Monday, May 31, 2010

Memorial Day

Memorial Day.  For me it has several connotations.

Memorial Day was when my Grandma's little resort opened for the season, up in northern Michigan.  The weekend started with packing all week before.  The old station wagon was full by Friday night, and we squeezed on top of the load, laying flat in the back on lumps of paint, tools, supplies.  Dad got home from work and we took off around 5:00, arriving at about 11:00.  We raced around with our cousins, said hi to Grandma, found a place to lay our sleeping bags and tried to sleep.  The weekend that followed was dawn to dark work, to get the place spiffed up for guests, fix the things winter had broken, and work on the new projects to improve it all.  Meals were the best, served picnic style because it was hard to fit the family into Grandma's cabin.  She was the best cook in the world.  Like any kids, we thought the work was hard, but it really was fun.  Putting the boats in was the best part- the water was icy, but we didn't care.  We looked for fish, but had no time to go fishing.  We horsed around and raised hell, but did our best to not bother the guests.  We left the resort at dark on Monday, and dad fought traffic to get home around Midnight.  We had to unload the station wagon, a chore I hated, because dad had to go to work in the morning, to rest up for the next weekend of the same routine.

As to the true meaning of Memorial Day, honoring those killed serving in war, I have been fortunate that my personal experience is limited to the monuments in Washington DC.  The Vietnam Wall, Arlington, the US cemeteries in Europe, and historical accounts.  I can"t add any meaning to those memorials except humble thanks to the soldiers, airmen, sailors and marines, and their parents and spouses.
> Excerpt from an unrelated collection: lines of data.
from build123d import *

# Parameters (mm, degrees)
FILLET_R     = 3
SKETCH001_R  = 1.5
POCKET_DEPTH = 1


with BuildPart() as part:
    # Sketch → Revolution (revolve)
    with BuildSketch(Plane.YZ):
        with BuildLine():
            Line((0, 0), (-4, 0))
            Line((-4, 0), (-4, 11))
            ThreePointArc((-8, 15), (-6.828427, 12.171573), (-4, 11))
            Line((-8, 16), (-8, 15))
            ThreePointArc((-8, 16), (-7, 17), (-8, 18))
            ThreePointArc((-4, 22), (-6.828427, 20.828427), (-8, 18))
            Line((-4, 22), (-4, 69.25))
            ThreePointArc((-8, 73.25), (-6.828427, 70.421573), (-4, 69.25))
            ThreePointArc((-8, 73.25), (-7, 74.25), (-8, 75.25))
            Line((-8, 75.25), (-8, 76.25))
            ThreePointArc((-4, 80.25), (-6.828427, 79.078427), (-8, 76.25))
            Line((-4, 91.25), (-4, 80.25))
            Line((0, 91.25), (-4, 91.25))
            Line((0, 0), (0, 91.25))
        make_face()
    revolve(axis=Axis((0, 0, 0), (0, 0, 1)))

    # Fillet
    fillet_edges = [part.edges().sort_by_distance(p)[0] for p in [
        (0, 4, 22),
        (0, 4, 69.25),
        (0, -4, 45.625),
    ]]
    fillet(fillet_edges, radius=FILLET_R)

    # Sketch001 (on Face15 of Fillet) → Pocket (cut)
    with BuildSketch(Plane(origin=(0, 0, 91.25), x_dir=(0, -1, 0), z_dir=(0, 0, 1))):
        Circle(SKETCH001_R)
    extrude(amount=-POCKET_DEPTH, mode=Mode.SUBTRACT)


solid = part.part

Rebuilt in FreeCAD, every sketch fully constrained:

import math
import FreeCAD as App
import Part
import Sketcher

V = App.Vector


def edges_at(feature, points):
    """Names of the edges that pass closest to the given points."""
    edges = feature.Shape.Edges
    near = lambda p: min(range(len(edges)), key=lambda i: edges[i].distToShape(Part.Vertex(*p))[0])
    return sorted({f"Edge{near(p) + 1}" for p in points})

doc = App.newDocument("Part")
params = doc.addObject("Spreadsheet::Sheet", "Params")
for row, (alias, value) in enumerate([
    ("sketch1_radius", "4 mm"),
    ("sketch1_radius2", "1 mm"),
    ("sketch1_width", "4 mm"),
    ("sketch1_height", "11 mm"),
    ("sketch1_height2", "1 mm"),
    ("revolution_angle", "360 deg"),
    ("fillet_radius", "3 mm"),
    ("sketch2_diameter", "3 mm"),
    ("pocket1_length", "1 mm"),
], start=1):
    params.set(f"A{row}", alias)
    params.set(f"B{row}", "=" + value)
    params.setAlias(f"B{row}", alias)

body = doc.addObject("PartDesign::Body", "Body")

# Sketch on YZ plane
sketch1 = body.newObject("Sketcher::SketchObject", "Sketch")
sketch1.AttachmentSupport = (doc.getObject("YZ_Plane"), [""])
sketch1.MapMode = "FlatFace"
sketch1.addGeometry([
    Part.LineSegment(V(-4, 0, 0), V(0, 0, 0)),  # 0
    Part.LineSegment(V(0, 0, 0), V(0, 91.25, 0)),  # 1
    Part.LineSegment(V(0, 91.25, 0), V(-4, 91.25, 0)),  # 2
    Part.LineSegment(V(-4, 91.25, 0), V(-4, 80.25, 0)),  # 3
    Part.ArcOfCircle(Part.Circle(V(-4, 76.25, 0), V(0, 0, 1), 4), math.radians(90.000006), math.radians(179.999994)),  # 4
    Part.LineSegment(V(-8, 76.25, 0), V(-8, 75.25, 0)),  # 5
    Part.ArcOfCircle(Part.Circle(V(-8, 74.25, 0), V(0, 0, 1), 1), math.radians(-90), math.radians(90)),  # 6
    Part.ArcOfCircle(Part.Circle(V(-4, 73.25, 0), V(0, 0, 1), 4), math.radians(-179.999994), math.radians(-90.000006)),  # 7
    Part.LineSegment(V(-4, 69.25, 0), V(-4, 22, 0)),  # 8
    Part.ArcOfCircle(Part.Circle(V(-4, 18, 0), V(0, 0, 1), 4), math.radians(90.000006), math.radians(179.999994)),  # 9
    Part.ArcOfCircle(Part.Circle(V(-8, 17, 0), V(0, 0, 1), 1), math.radians(-90), math.radians(90)),  # 10
    Part.LineSegment(V(-8, 16, 0), V(-8, 15, 0)),  # 11
    Part.ArcOfCircle(Part.Circle(V(-4, 15, 0), V(0, 0, 1), 4), math.radians(-179.999994), math.radians(-90.000006)),  # 12
    Part.LineSegment(V(-4, 11, 0), V(-4, 0, 0)),  # 13
], False)
sketch1.addConstraint([
    Sketcher.Constraint("Coincident", 0, 2, 1, 1),
    Sketcher.Constraint("Coincident", 1, 2, 2, 1),
    Sketcher.Constraint("Coincident", 2, 2, 3, 1),
    Sketcher.Constraint("Coincident", 3, 2, 4, 1),
    Sketcher.Constraint("Tangent", 4, 2, 5, 1),
    Sketcher.Constraint("Coincident", 5, 2, 6, 2),
    Sketcher.Constraint("Coincident", 6, 1, 7, 1),
    Sketcher.Constraint("Coincident", 7, 2, 8, 1),
    Sketcher.Constraint("Coincident", 8, 2, 9, 1),
    Sketcher.Constraint("Coincident", 9, 2, 10, 2),
    Sketcher.Constraint("Coincident", 10, 1, 11, 1),
    Sketcher.Constraint("Tangent", 11, 2, 12, 1),
    Sketcher.Constraint("Coincident", 12, 2, 13, 1),
    Sketcher.Constraint("Coincident", 13, 2, 0, 1),
    Sketcher.Constraint("Horizontal", 0),
    Sketcher.Constraint("Vertical", 1),
    Sketcher.Constraint("Horizontal", 2),
    Sketcher.Constraint("Vertical", 3),
    Sketcher.Constraint("Vertical", 5),
    Sketcher.Constraint("Vertical", 8),
    Sketcher.Constraint("Vertical", 11),
    Sketcher.Constraint("Vertical", 13),
    Sketcher.Constraint("Coincident", 0, 2, -1, 1),
    Sketcher.Constraint("Equal", 4, 7),
    Sketcher.Constraint("Equal", 7, 9),
    Sketcher.Constraint("Equal", 6, 10),
    Sketcher.Constraint("Equal", 9, 12),
    Sketcher.Constraint("Horizontal", 7, 3, 6, 1),
    Sketcher.Constraint("Vertical", 4, 3, 7, 3),
    Sketcher.Constraint("Vertical", 7, 3, 9, 3),
    Sketcher.Constraint("Vertical", 6, 3, 10, 3),
    Sketcher.Constraint("Vertical", 9, 3, 12, 3),
    Sketcher.Constraint("Vertical", 12, 3, 2, 2),
    Sketcher.Constraint("Vertical", 10, 3, 4, 2),
    Sketcher.Constraint("Vertical", 3, 2, 7, 2),
    Sketcher.Constraint("Vertical", 8, 2, 12, 2),
    Sketcher.Constraint("Equal", 5, 11),
    Sketcher.Constraint("Equal", 3, 13),
    Sketcher.Constraint("Radius", 4, 4.0),
    Sketcher.Constraint("Radius", 6, 1.0),
    Sketcher.Constraint("DistanceX", 0, 1, 0, 2, 4.0),
    Sketcher.Constraint("DistanceY", 3, 2, 3, 1, 11.0),
    Sketcher.Constraint("DistanceY", 5, 2, 5, 1, 1.0),
    Sketcher.Constraint("DistanceY", -1, 1, 9, 3, 18.0),
    Sketcher.Constraint("DistanceY", 1, 1, 1, 2, 91.25),
])
sketch1.setExpression("Constraints[38]", "Params.sketch1_radius")
sketch1.setExpression("Constraints[39]", "Params.sketch1_radius2")
sketch1.setExpression("Constraints[40]", "Params.sketch1_width")
sketch1.setExpression("Constraints[41]", "Params.sketch1_height")
sketch1.setExpression("Constraints[42]", "Params.sketch1_height2")
revolution = body.newObject("PartDesign::Revolution", "Revolution")
revolution.Profile = sketch1
revolution.ReferenceAxis = (sketch1, ["V_Axis"])
revolution.setExpression("Angle", "Params.revolution_angle")
doc.recompute()

fillet = body.newObject("PartDesign::Fillet", "Fillet")
fillet.Base = (revolution, edges_at(revolution, [(0, 4, 22), (0, 4, 69.25), (0, -4, 45.625)]))
fillet.setExpression("Radius", "Params.fillet_radius")

# Sketch on XY plane
sketch2 = body.newObject("Sketcher::SketchObject", "Sketch001")
sketch2.AttachmentSupport = (doc.getObject("XY_Plane"), [""])
sketch2.MapMode = "FlatFace"
sketch2.AttachmentOffset = App.Placement(V(0, 0, 91.25), App.Rotation())
sketch2.addGeometry(Part.Circle(V(0, 0, 0), V(0, 0, 1), 1.5), False)
sketch2.addConstraint([
    Sketcher.Constraint("Coincident", 0, 3, -1, 1),
    Sketcher.Constraint("Diameter", 0, 3.0),
])
sketch2.setExpression("Constraints[1]", "Params.sketch2_diameter")
pocket1 = body.newObject("PartDesign::Pocket", "Pocket")
pocket1.Profile = sketch2
pocket1.setExpression("Length", "Params.pocket1_length")

doc.recompute()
I looked for images, pictures I took while at the memorials.  I realized that no image can do justice to the profound feeling one has when seeing these memorials in person, so this image of the US Cemetery at Normandy is not meant to replicate that, but to signify it.
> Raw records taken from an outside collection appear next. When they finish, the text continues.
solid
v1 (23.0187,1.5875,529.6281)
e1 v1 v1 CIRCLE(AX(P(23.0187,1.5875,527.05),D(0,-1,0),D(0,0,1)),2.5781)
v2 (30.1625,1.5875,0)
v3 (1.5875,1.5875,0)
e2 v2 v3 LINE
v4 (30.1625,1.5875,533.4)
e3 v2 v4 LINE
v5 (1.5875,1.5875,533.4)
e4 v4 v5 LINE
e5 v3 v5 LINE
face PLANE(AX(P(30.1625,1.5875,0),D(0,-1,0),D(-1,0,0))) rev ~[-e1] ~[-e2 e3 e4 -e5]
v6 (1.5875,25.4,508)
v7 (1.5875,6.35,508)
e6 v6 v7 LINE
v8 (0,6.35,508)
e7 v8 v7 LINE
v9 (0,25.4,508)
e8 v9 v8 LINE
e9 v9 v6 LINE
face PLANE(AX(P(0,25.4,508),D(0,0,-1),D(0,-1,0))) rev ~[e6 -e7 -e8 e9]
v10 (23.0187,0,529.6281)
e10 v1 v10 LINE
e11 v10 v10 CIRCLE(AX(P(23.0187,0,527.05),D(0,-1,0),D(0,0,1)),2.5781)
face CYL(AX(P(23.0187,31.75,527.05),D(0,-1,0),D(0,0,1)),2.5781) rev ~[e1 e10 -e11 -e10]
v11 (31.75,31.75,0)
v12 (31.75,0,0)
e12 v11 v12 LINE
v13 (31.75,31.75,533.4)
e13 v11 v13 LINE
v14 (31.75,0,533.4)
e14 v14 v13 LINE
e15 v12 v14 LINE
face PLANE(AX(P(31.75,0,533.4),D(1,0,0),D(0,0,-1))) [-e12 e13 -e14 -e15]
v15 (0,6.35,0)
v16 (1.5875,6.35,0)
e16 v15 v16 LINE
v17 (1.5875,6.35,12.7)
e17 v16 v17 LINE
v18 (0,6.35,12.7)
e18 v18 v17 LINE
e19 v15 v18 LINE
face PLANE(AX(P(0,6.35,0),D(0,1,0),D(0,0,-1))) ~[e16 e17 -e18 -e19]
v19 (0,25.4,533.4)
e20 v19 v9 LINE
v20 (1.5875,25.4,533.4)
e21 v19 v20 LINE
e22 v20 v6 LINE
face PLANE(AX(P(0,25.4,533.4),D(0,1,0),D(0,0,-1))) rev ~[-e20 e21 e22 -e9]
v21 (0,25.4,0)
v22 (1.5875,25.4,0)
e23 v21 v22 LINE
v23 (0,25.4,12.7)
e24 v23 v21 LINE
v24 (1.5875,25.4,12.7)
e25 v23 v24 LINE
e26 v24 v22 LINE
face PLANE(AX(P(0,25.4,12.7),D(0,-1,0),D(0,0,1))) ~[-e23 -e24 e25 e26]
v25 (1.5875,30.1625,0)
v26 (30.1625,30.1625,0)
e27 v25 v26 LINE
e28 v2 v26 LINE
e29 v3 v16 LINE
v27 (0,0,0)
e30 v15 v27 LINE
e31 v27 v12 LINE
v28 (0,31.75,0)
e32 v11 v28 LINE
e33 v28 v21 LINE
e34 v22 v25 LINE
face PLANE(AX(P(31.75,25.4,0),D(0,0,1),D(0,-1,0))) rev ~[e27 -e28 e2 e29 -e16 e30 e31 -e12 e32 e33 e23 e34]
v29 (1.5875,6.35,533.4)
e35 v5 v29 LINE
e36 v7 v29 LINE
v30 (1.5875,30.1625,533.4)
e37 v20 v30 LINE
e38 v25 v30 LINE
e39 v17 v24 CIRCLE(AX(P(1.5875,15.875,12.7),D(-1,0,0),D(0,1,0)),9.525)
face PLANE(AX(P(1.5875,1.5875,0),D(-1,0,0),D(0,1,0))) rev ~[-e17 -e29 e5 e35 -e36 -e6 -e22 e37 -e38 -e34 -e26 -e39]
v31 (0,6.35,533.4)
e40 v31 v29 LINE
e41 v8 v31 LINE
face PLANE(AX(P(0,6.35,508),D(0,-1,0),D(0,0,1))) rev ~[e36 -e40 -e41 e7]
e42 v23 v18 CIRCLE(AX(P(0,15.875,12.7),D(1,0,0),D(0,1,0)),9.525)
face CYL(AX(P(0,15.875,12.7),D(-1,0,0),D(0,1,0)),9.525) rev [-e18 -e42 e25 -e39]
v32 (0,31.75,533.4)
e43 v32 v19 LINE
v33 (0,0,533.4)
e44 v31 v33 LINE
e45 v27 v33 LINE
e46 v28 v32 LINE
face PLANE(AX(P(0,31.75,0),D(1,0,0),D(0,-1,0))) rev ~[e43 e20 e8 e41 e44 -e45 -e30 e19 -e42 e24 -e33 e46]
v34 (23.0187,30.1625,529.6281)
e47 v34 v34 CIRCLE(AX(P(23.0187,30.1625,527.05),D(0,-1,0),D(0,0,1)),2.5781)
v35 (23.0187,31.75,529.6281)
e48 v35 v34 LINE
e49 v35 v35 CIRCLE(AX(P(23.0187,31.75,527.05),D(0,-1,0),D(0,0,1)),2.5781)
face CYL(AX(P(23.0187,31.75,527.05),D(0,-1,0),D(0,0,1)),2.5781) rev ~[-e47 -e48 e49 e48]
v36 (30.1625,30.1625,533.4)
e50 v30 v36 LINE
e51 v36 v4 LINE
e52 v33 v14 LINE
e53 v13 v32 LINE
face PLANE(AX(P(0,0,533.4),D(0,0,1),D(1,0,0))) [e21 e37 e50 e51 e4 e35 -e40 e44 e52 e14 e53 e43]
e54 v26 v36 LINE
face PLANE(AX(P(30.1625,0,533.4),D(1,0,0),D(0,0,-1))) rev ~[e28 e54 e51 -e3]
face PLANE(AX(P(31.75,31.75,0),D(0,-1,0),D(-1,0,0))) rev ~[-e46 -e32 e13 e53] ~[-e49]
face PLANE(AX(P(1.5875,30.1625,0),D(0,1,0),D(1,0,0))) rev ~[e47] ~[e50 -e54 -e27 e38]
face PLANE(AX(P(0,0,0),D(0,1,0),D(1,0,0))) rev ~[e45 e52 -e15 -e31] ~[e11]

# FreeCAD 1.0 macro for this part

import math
import FreeCAD as App
import Part
import Sketcher
Q = App.Units.Quantity

doc = App.newDocument("Part")
body = doc.addObject("PartDesign::Body", "Body")

sketch1 = doc.addObject("Sketcher::SketchObject", "Sketch")
body.addObject(sketch1)
sketch1.AttachmentSupport = (doc.XY_Plane, [""])
sketch1.MapMode = "FlatFace"
sketch1.addGeometry([
    Part.LineSegment(App.Vector(0, 31.75, 0), App.Vector(0, 0, 0)),
    Part.LineSegment(App.Vector(0, 0, 0), App.Vector(31.75, 0, 0)),
    Part.LineSegment(App.Vector(31.75, 0, 0), App.Vector(31.75, 31.75, 0)),
    Part.LineSegment(App.Vector(31.75, 31.75, 0), App.Vector(0, 31.75, 0)),
    Part.LineSegment(App.Vector(1.5875, 1.5875, 0), App.Vector(1.5875, 30.1625, 0)),
    Part.LineSegment(App.Vector(1.5875, 30.1625, 0), App.Vector(30.1625, 30.1625, 0)),
    Part.LineSegment(App.Vector(30.1625, 30.1625, 0), App.Vector(30.1625, 1.5875, 0)),
    Part.LineSegment(App.Vector(30.1625, 1.5875, 0), App.Vector(1.5875, 1.5875, 0)),
], False)
sketch1.addConstraint([
    Sketcher.Constraint("Coincident", 0, 2, 1, 1),
    Sketcher.Constraint("Coincident", 1, 2, 2, 1),
    Sketcher.Constraint("Coincident", 2, 2, 3, 1),
    Sketcher.Constraint("Coincident", 3, 2, 0, 1),
    Sketcher.Constraint("Coincident", 4, 2, 5, 1),
    Sketcher.Constraint("Coincident", 5, 2, 6, 1),
    Sketcher.Constraint("Coincident", 6, 2, 7, 1),
    Sketcher.Constraint("Coincident", 7, 2, 4, 1),
    Sketcher.Constraint("Vertical", 0),
    Sketcher.Constraint("Horizontal", 1),
    Sketcher.Constraint("Vertical", 2),
    Sketcher.Constraint("Horizontal", 3),
    Sketcher.Constraint("Vertical", 4),
    Sketcher.Constraint("Horizontal", 5),
    Sketcher.Constraint("Vertical", 6),
    Sketcher.Constraint("Horizontal", 7),
    Sketcher.Constraint("Coincident", 0, 2, -1, 1),
    Sketcher.Constraint("Equal", 3, 0),
    Sketcher.Constraint("Equal", 7, 4),
    Sketcher.Constraint("DistanceX", 1, 1, 1, 2, Q("1.25 in")),
    Sketcher.Constraint("DistanceX", -1, 1, 4, 2, Q("0.0625 in")),
    Sketcher.Constraint("DistanceY", -1, 1, 6, 2, Q("0.0625 in")),
    Sketcher.Constraint("DistanceY", 4, 2, 3, 2, Q("0.0625 in")),
])
pad1 = doc.addObject("PartDesign::Pad", "Pad")
body.addObject(pad1)
pad1.Profile = sketch1
pad1.Length = Q("21 in")

sketch2 = doc.addObject("Sketcher::SketchObject", "Sketch001")
body.addObject(sketch2)
sketch2.AttachmentSupport = (doc.YZ_Plane, [""])
sketch2.MapMode = "FlatFace"
sketch2.AttachmentOffset = App.Placement(App.Vector(0, 0, 1.25 * 25.4), App.Rotation())
sketch2.addGeometry([
    Part.ArcOfCircle(Part.Circle(App.Vector(15.875, 0, 0), App.Vector(0, 0, 1), 9.525), math.radians(180), math.radians(360)),
    Part.LineSegment(App.Vector(25.4, 0, 0), App.Vector(25.4, 12.7, 0)),
    Part.ArcOfCircle(Part.Circle(App.Vector(15.875, 12.7, 0), App.Vector(0, 0, 1), 9.525), math.radians(0), math.radians(180)),
    Part.LineSegment(App.Vector(6.35, 12.7, 0), App.Vector(6.35, 0, 0)),
], False)
sketch2.addConstraint([
    Sketcher.Constraint("Tangent", 0, 2, 1, 1),
    Sketcher.Constraint("Tangent", 1, 2, 2, 1),
    Sketcher.Constraint("Tangent", 2, 2, 3, 1),
    Sketcher.Constraint("Tangent", 3, 2, 0, 1),
    Sketcher.Constraint("Vertical", 1),
    Sketcher.Constraint("Vertical", 3),
    Sketcher.Constraint("PointOnObject", 0, 3, -1),
    Sketcher.Constraint("DistanceY", 1, 1, 1, 2, Q("0.5 in")),
    Sketcher.Constraint("Radius", 0, Q("0.375 in")),
    Sketcher.Constraint("DistanceX", -1, 1, 0, 3, Q("0.625 in")),
])
pocket1 = doc.addObject("PartDesign::Pocket", "Pocket")
body.addObject(pocket1)
pocket1.Profile = sketch2
pocket1.Length = Q("1 in")
doc.recompute()

datumplane = doc.addObject("PartDesign::Plane", "DatumPlane")
body.addObject(datumplane)
datumplane.AttachmentSupport = (doc.YZ_Plane, [""])
datumplane.MapMode = "FlatFace"
datumplane.AttachmentOffset = App.Placement(App.Vector(0, 0, 0.625 * 25.4), App.Rotation())
mirrored = doc.addObject("PartDesign::Mirrored", "Mirrored")
body.addObject(mirrored)
mirrored.Originals = [pocket1]
mirrored.MirrorPlane = (datumplane, [""])
body.Tip = mirrored

sketch3 = doc.addObject("Sketcher::SketchObject", "Sketch002")
body.addObject(sketch3)
sketch3.AttachmentSupport = (doc.YZ_Plane, [""])
sketch3.MapMode = "FlatFace"
sketch3.AttachmentOffset = App.Placement(App.Vector(0, 0, 1.25 * 25.4), App.Rotation())
sketch3.addGeometry([
    Part.LineSegment(App.Vector(6.35, 0, 0), App.Vector(25.4, 0, 0)),
    Part.LineSegment(App.Vector(25.4, 0, 0), App.Vector(25.4, 12.7, 0)),
    Part.ArcOfCircle(Part.Circle(App.Vector(15.875, 12.7, 0), App.Vector(0, 0, 1), 9.525), math.radians(0), math.radians(180)),
    Part.LineSegment(App.Vector(6.35, 12.7, 0), App.Vector(6.35, 0, 0)),
], False)
sketch3.addConstraint([
    Sketcher.Constraint("Coincident", 0, 2, 1, 1),
    Sketcher.Constraint("Tangent", 1, 2, 2, 1),
    Sketcher.Constraint("Tangent", 2, 2, 3, 1),
    Sketcher.Constraint("Coincident", 3, 2, 0, 1),
    Sketcher.Constraint("Horizontal", 0),
    Sketcher.Constraint("Vertical", 1),
    Sketcher.Constraint("Vertical", 3),
    Sketcher.Constraint("PointOnObject", 0, 2, -1),
    Sketcher.Constraint("DistanceY", 1, 1, 1, 2, Q("0.5 in")),
    Sketcher.Constraint("DistanceX", -1, 1, 0, 2, Q("1 in")),
    Sketcher.Constraint("Radius", 2, Q("0.375 in")),
])
pad2 = doc.addObject("PartDesign::Pad", "Pad001")
body.addObject(pad2)
pad2.Profile = sketch3
pad2.Length = Q("0.0625 in")
pad2.Reversed = True

sketch4 = doc.addObject("Sketcher::SketchObject", "Sketch003")
body.addObject(sketch4)
sketch4.AttachmentSupport = (doc.XZ_Plane, [""])
sketch4.MapMode = "FlatFace"
sketch4.AttachmentOffset = App.Placement(App.Vector(0, 0, -1.25 * 25.4), App.Rotation())
sketch4.addGeometry(Part.Circle(App.Vector(23.0187, 527.05, 0), App.Vector(0, 0, 1), 2.5781), False)
sketch4.addConstraint([
    Sketcher.Constraint("Diameter", 0, Q("0.203 in")),
    Sketcher.Constraint("DistanceY", -1, 1, 0, 3, Q("20.75 in")),
    Sketcher.Constraint("DistanceX", -1, 1, 0, 3, Q("0.906248 in")),
])
doc.recompute()
hole = doc.addObject("PartDesign::Hole", "Hole")
body.addObject(hole)
hole.Profile = sketch4
hole.ThreadType = "None"
hole.Diameter = Q("0.203 in")
hole.DepthType = "Dimension"
hole.Depth = Q("3 in")
hole.DrillPoint = "Angled"
hole.DrillPointAngle = 118
hole.Reversed = True

sketch5 = doc.addObject("Sketcher::SketchObject", "Sketch004")
body.addObject(sketch5)
sketch5.AttachmentSupport = (doc.YZ_Plane, [""])
sketch5.MapMode = "FlatFace"
sketch5.addGeometry([
    Part.LineSegment(App.Vector(6.35, 508, 0), App.Vector(6.35, 533.4, 0)),
    Part.LineSegment(App.Vector(6.35, 533.4, 0), App.Vector(25.4, 533.4, 0)),
    Part.LineSegment(App.Vector(25.4, 533.4, 0), App.Vector(25.4, 508, 0)),
    Part.LineSegment(App.Vector(25.4, 508, 0), App.Vector(6.35, 508, 0)),
], False)
sketch5.addConstraint([
    Sketcher.Constraint("Coincident", 0, 2, 1, 1),
    Sketcher.Constraint("Coincident", 1, 2, 2, 1),
    Sketcher.Constraint("Coincident", 2, 2, 3, 1),
    Sketcher.Constraint("Coincident", 3, 2, 0, 1),
    Sketcher.Constraint("Vertical", 0),
    Sketcher.Constraint("Horizontal", 1),
    Sketcher.Constraint("Vertical", 2),
    Sketcher.Constraint("Horizontal", 3),
    Sketcher.Constraint("DistanceY", 0, 1, 0, 2, Q("1 in")),
    Sketcher.Constraint("DistanceX", -1, 1, 1, 2, Q("1 in")),
    Sketcher.Constraint("DistanceX", -1, 1, 0, 2, Q("0.25 in")),
    Sketcher.Constraint("DistanceY", -1, 1, 0, 2, Q("21 in")),
])
pocket2 = doc.addObject("PartDesign::Pocket", "Pocket001")
body.addObject(pocket2)
pocket2.Profile = sketch5
pocket2.Length = Q("0.23 in")
pocket2.Reversed = True

doc.recompute()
In the current expanded meaning of Memorial Day, honoring Veterans, I start with those I know, my family- cousins, sons of cousins, nieces, nephews, uncles, aunt, brother, father, grandfather.  Some of them came home changed, physically and mentally.  All of them did what vets do, they came home, found a way back into civilian life, and made great citizens.  They brought solid values, fearlessness and experience that makes this a better society.